Así luce el bowling de Miraflores hoy. La remodelación total del lugar recién terminó a finales del año pasado.
Arturo León

Rápidamente se convirtió en el punto de encuentro favorito de los miraflorinos. Se juntaban familias enteras, grupos de amigos y colegas de trabajo. El lugar llamaba la atención por su amplitud y las máquinas automáticas que ahí funcionaban. Los limeños de aquel entonces quizá no lo sabían, pero en la capital existía un lugar único en Sudamérica. Otro así, como el que se abrió en la a inicios de los años 60, no existía en la región. Ahora mismo, desde un punto de vista geográfico, sería como si Disney inaugurase un parque de diversiones en Perú antes que en cualquier otro país latino.

Foto de 1978. El bowling de Miraflores apareció a inicios de los 60 y fue el primero con máquina automáticas.
Foto de 1978. El bowling de Miraflores apareció a inicios de los 60 y fue el primero con máquina automáticas.

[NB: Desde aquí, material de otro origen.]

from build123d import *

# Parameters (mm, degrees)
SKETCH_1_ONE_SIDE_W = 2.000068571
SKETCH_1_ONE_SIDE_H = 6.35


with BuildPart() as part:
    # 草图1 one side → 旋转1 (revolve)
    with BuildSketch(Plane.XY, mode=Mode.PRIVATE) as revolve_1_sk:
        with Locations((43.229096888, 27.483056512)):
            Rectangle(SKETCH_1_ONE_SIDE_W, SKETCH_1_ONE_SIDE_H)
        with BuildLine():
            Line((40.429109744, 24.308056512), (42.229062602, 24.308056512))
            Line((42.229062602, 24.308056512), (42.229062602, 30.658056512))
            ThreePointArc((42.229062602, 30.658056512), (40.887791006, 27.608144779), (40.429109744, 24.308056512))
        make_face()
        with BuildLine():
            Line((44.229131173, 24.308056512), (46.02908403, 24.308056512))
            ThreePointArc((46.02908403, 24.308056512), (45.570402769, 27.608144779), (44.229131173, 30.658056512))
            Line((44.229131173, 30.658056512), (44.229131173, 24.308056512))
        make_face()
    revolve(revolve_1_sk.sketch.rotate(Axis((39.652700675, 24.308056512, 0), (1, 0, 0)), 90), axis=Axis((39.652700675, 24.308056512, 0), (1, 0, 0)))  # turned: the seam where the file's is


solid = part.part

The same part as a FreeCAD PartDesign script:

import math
import FreeCAD as App
import Part
import Sketcher
from FreeCAD import Vector

doc = App.newDocument("Part")
body = doc.addObject("PartDesign::Body", "Body")

# Sketch on XY plane
sketch1 = doc.addObject("Sketcher::SketchObject", "Sketch")
body.addObject(sketch1)
sketch1.AttachmentSupport = (doc.XY_Plane, [""])
sketch1.MapMode = "FlatFace"
sketch1.addGeometry(Part.LineSegment(Vector(44.2, 30.7, 0), Vector(42.2, 30.7, 0)), False)
sketch1.addGeometry(Part.ArcOfCircle(Part.Circle(Vector(52.5, 24.3, 0), Vector(0, 0, 1), 12.1), math.radians(148), math.radians(180)), False)
sketch1.addGeometry(Part.LineSegment(Vector(40.4, 24.3, 0), Vector(46, 24.3, 0)), False)
sketch1.addGeometry(Part.ArcOfCircle(Part.Circle(Vector(33.9, 24.3, 0), Vector(0, 0, 1), 12.1), math.radians(0), math.radians(32)), False)
sketch1.addGeometry(Part.LineSegment(Vector(33.9, 24.3, 0), Vector(52.5, 24.3, 0)), True)  # axis
sketch1.addConstraint(Sketcher.Constraint("Coincident", 0, 2, 1, 1))
sketch1.addConstraint(Sketcher.Constraint("Coincident", 1, 2, 2, 1))
sketch1.addConstraint(Sketcher.Constraint("Coincident", 2, 2, 3, 1))
sketch1.addConstraint(Sketcher.Constraint("Coincident", 3, 2, 0, 1))
sketch1.addConstraint(Sketcher.Constraint("Horizontal", 0))
sketch1.addConstraint(Sketcher.Constraint("Horizontal", 2))
sketch1.addConstraint(Sketcher.Constraint("Horizontal", 4))
sketch1.addConstraint(Sketcher.Constraint("Coincident", 4, 1, 3, 3))
sketch1.addConstraint(Sketcher.Constraint("Coincident", 4, 2, 1, 3))
sketch1.addConstraint(Sketcher.Constraint("Equal", 1, 3))
sketch1.addConstraint(Sketcher.Constraint("Horizontal", 3, 3, 1, 2))
sketch1.addConstraint(Sketcher.Constraint("DistanceY", 3, 3, 0, 2, 6.35))
sketch1.addConstraint(Sketcher.Constraint("Radius", 1, 12.100964))
sketch1.addConstraint(Sketcher.Constraint("DistanceX", 0, 2, 0, 1, 2.000069))
sketch1.addConstraint(Sketcher.Constraint("DistanceX", -1, 1, 3, 3, 33.92812))
sketch1.addConstraint(Sketcher.Constraint("DistanceY", -1, 1, 1, 3, 24.308057))
revolution = doc.addObject("PartDesign::Revolution", "Revolution")
body.addObject(revolution)
revolution.Profile = sketch1
revolution.ReferenceAxis = (sketch1, ["Axis0"])
revolution.Angle = 360

doc.recompute()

“Era un boom”, confirma Alberto Aliaga. No le gusta que le digan experto, pero lo es. A sus 79 años, es uno de los peruanos que más sabe sobre bolos. Su relación con este deporte de salón empezó en 1983, año en que la empresa americana Brunswick se contacta con él por primera vez. La compañía, que hasta ahora es reconocida como líder mundial de la industria, era la dueña del bowling de . Después de funcionar como un relojito casi 20 años, decidió vender el local. “Tenía un amigo ahí que me encargó buscar compradores y yo los conseguí en una semana”, cuenta. Asombrados por su red de contactos, los ‘gringos’ le proponen a Aliaga ser representante de la marca. Esa es la razón por la que el bowling del distrito más turístico de Lima se mantuvo vivo –y el local no se convirtió en un edificio– por los siguientes dos decenios. Habrían podido ser tres de no ser porque, a mediados del 2000, se convirtió en un centro nocturno que nada tenía que ver con el bowling. Cuando el local quedó disponible, Alberto no dudó en alquilarlo (y rescatarlo). Eso fue a fines del 2016.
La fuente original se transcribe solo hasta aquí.